PROBLEM TO WORK ON » All that should come back is the lines of the data below from the one containing "#188=ORIENTED_EDGE('',*,*,#165,.T.);" to the one containing "#209=EDGE_CURVE('',#207,#207,#208,.T.);", inclusive, exactly as they stand.

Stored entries
----------------------------------------
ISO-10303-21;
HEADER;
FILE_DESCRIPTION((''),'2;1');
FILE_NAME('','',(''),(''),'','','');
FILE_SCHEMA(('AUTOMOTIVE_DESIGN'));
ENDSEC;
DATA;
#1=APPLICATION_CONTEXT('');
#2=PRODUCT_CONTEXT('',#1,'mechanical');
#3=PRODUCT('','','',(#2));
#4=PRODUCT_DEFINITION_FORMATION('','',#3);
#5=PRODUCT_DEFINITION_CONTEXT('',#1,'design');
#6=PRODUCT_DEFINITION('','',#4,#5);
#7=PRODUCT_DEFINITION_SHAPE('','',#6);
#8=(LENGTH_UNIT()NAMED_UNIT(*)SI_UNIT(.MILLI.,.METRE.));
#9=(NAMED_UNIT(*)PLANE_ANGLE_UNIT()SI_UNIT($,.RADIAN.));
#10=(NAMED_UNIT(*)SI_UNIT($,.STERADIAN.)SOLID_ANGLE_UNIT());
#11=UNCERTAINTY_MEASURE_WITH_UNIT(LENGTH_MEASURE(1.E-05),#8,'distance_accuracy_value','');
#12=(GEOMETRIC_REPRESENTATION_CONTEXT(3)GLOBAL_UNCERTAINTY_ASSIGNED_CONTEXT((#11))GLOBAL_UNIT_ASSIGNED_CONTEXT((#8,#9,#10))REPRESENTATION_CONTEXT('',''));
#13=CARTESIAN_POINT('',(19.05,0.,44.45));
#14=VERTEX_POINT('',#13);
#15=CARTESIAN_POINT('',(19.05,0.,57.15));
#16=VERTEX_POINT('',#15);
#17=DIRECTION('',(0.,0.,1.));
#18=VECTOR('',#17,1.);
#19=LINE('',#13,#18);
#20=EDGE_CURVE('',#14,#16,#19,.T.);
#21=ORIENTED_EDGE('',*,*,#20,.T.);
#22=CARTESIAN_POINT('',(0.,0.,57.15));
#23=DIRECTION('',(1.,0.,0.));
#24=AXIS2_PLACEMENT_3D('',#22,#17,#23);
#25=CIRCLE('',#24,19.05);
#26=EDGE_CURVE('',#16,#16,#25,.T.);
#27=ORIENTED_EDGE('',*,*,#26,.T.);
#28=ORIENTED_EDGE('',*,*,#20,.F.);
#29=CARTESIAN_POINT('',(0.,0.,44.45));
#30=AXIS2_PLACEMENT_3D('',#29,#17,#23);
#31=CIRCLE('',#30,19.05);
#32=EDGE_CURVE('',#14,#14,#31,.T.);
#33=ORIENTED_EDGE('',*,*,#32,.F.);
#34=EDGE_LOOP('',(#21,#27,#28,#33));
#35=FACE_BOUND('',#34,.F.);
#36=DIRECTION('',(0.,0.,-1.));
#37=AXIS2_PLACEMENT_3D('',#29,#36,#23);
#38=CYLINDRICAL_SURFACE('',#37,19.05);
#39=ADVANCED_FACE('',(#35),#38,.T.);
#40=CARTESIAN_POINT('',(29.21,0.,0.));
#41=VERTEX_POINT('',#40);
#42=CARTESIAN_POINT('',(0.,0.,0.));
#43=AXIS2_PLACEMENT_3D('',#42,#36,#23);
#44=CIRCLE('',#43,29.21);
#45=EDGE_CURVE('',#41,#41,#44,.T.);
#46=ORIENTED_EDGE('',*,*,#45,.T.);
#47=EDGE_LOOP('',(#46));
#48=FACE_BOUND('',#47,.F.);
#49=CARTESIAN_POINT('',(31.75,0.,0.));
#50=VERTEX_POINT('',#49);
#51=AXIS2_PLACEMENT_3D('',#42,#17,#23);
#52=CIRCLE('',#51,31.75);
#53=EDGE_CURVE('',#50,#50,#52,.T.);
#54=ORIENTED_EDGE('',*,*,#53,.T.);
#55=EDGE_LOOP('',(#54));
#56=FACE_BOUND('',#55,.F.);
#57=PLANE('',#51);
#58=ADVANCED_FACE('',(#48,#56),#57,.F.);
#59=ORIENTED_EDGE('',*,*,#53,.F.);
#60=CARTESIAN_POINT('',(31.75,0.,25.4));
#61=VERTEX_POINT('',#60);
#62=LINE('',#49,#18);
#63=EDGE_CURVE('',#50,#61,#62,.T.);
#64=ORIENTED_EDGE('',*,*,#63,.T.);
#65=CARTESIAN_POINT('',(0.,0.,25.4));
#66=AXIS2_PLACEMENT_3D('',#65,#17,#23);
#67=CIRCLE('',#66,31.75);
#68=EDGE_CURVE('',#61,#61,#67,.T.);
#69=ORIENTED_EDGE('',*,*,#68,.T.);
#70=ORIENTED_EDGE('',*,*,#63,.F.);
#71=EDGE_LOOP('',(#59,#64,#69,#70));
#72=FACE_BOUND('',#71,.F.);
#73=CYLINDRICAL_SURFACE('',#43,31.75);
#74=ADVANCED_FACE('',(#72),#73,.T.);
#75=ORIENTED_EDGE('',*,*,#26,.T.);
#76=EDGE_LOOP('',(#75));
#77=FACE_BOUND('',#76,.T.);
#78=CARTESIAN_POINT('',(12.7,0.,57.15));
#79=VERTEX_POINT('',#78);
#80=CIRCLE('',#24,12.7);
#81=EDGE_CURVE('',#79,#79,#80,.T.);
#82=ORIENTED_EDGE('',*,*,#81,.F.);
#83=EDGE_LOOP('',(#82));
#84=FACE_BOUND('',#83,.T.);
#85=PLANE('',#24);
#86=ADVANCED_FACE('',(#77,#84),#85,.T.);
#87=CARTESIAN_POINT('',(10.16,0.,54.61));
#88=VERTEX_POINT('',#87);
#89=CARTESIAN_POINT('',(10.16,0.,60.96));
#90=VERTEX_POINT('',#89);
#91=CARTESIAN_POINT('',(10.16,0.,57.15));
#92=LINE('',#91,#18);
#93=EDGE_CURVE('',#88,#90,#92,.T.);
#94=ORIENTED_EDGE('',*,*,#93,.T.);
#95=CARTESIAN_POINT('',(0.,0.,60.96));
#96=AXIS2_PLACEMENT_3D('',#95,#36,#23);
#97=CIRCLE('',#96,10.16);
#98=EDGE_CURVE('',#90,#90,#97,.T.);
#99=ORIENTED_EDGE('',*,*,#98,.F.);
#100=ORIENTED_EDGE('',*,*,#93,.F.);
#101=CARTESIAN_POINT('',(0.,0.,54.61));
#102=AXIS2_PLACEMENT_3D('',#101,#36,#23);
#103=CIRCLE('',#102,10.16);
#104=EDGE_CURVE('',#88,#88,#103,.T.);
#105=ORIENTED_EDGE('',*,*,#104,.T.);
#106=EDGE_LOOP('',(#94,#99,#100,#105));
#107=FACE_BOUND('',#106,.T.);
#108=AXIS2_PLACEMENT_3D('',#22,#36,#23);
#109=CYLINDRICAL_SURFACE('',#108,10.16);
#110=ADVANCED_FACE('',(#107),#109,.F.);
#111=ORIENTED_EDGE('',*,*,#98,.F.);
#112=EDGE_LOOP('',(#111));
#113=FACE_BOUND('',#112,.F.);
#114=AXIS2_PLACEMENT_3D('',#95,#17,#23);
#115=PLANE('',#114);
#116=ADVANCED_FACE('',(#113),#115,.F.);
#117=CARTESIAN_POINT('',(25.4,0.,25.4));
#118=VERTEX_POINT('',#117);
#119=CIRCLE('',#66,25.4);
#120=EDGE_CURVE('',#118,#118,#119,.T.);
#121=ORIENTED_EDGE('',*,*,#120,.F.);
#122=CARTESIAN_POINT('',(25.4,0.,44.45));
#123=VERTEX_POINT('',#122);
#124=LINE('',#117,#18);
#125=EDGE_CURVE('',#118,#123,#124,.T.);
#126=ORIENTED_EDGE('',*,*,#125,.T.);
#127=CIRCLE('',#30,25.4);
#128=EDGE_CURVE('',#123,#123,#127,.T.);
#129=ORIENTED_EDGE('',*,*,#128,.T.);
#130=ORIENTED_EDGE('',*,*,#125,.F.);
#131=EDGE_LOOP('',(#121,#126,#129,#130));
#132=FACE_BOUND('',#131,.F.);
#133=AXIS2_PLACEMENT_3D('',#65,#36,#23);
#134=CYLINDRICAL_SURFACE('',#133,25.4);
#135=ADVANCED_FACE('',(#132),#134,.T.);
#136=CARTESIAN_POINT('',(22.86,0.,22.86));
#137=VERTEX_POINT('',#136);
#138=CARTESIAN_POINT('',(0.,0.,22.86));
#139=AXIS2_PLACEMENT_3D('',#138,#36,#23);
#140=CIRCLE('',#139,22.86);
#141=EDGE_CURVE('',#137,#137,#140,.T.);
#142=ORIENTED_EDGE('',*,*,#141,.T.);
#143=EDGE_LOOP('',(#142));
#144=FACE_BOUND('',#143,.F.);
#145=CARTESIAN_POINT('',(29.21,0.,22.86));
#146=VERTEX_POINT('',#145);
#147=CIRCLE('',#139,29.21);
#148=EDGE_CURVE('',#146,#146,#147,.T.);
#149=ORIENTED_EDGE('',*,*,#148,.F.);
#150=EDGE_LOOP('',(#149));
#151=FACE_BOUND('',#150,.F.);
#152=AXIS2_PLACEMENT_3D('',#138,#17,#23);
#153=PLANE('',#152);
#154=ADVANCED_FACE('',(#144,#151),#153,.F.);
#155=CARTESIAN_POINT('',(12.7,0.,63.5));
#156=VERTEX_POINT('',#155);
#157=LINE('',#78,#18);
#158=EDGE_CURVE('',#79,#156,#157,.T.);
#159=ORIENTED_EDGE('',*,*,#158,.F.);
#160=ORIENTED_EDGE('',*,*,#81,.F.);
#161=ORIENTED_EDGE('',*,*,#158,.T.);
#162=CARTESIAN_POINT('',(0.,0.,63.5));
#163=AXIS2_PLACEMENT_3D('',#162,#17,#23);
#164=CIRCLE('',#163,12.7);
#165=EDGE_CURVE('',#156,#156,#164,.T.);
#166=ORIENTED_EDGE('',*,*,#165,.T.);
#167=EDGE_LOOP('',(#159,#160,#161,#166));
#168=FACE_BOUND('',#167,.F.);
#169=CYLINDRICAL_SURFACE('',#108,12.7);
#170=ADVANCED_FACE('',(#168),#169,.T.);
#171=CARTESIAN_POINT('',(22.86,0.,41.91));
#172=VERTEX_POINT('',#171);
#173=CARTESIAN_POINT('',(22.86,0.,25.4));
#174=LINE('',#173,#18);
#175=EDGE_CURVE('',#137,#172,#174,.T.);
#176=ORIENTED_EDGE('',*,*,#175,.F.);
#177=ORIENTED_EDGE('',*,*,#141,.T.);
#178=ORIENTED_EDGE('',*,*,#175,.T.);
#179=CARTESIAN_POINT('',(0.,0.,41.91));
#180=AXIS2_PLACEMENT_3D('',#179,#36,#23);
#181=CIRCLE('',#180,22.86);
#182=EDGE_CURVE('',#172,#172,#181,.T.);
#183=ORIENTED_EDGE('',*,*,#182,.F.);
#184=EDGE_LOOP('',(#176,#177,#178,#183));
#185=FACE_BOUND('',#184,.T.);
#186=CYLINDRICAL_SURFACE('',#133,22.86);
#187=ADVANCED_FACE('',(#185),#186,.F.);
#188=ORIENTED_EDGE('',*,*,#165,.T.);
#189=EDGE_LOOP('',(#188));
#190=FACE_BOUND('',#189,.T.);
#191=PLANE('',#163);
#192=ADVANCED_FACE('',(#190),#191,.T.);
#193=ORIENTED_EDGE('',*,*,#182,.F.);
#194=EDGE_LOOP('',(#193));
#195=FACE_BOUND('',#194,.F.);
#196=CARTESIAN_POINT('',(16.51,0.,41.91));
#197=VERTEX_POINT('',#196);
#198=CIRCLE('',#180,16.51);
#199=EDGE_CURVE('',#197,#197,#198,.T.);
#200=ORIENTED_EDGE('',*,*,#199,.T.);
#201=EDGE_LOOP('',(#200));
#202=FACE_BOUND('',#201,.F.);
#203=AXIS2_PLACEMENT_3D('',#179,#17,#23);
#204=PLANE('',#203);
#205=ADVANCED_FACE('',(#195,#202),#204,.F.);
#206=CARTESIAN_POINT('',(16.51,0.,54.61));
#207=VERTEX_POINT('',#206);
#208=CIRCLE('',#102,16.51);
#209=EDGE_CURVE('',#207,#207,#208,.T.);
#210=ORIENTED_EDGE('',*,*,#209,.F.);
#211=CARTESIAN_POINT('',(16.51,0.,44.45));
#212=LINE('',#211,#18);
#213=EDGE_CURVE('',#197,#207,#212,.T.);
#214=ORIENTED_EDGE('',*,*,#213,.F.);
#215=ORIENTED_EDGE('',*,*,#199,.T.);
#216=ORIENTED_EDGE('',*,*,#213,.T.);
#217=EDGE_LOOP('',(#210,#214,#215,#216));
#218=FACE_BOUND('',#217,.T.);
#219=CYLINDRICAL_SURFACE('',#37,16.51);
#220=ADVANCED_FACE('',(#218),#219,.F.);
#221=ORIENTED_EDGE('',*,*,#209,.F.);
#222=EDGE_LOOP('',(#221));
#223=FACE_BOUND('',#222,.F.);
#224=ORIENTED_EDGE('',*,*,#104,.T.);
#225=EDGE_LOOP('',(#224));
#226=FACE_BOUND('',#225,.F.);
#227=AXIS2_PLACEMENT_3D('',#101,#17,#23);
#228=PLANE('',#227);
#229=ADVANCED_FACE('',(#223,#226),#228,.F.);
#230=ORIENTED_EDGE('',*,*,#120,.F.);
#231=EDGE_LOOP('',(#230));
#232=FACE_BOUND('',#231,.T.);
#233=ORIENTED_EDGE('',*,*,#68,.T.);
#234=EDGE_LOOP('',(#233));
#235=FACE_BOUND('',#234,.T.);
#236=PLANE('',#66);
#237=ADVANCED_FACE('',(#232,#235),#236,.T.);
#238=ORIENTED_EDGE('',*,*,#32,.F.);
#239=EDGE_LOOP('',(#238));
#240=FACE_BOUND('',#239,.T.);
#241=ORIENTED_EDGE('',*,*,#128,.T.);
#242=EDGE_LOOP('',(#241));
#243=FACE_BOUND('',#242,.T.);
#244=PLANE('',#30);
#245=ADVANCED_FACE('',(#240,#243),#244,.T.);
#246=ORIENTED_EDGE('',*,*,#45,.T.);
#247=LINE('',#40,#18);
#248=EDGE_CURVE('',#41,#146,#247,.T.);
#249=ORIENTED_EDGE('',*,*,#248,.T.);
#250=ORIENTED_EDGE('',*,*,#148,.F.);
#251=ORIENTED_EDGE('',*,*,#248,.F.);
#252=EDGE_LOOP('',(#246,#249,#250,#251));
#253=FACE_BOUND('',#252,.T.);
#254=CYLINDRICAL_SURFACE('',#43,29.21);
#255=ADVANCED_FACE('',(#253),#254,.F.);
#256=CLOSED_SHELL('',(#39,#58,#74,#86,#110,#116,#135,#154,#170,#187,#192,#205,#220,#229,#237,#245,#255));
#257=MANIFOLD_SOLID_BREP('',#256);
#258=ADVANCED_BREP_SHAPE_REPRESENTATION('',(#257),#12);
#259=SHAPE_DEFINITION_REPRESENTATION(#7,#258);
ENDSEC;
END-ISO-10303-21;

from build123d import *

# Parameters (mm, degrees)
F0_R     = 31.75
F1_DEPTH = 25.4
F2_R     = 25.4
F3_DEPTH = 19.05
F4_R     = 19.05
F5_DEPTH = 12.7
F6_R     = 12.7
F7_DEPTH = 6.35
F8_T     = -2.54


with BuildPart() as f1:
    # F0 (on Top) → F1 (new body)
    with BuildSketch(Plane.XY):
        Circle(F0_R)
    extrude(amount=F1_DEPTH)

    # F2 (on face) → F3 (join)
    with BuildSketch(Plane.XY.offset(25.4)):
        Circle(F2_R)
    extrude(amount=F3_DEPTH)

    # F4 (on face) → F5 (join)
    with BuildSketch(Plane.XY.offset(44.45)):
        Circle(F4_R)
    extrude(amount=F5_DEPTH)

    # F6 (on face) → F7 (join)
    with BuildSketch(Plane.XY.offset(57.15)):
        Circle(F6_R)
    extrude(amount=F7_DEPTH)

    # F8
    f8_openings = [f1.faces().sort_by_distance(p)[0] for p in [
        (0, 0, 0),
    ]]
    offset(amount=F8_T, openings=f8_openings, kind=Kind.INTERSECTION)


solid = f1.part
----------------------------------------
EXERCISE OUTPUT »
#188=ORIENTED_EDGE('',*,*,#165,.T.);
#189=EDGE_LOOP('',(#188));
#190=FACE_BOUND('',#189,.T.);
#191=PLANE('',#163);
#192=ADVANCED_FACE('',(#190),#191,.T.);
#193=ORIENTED_EDGE('',*,*,#182,.F.);
#194=EDGE_LOOP('',(#193));
#195=FACE_BOUND('',#194,.F.);
#196=CARTESIAN_POINT('',(16.51,0.,41.91));
#197=VERTEX_POINT('',#196);
#198=CIRCLE('',#180,16.51);
#199=EDGE_CURVE('',#197,#197,#198,.T.);
#200=ORIENTED_EDGE('',*,*,#199,.T.);
#201=EDGE_LOOP('',(#200));
#202=FACE_BOUND('',#201,.F.);
#203=AXIS2_PLACEMENT_3D('',#179,#17,#23);
#204=PLANE('',#203);
#205=ADVANCED_FACE('',(#195,#202),#204,.F.);
#206=CARTESIAN_POINT('',(16.51,0.,54.61));
#207=VERTEX_POINT('',#206);
#208=CIRCLE('',#102,16.51);
#209=EDGE_CURVE('',#207,#207,#208,.T.);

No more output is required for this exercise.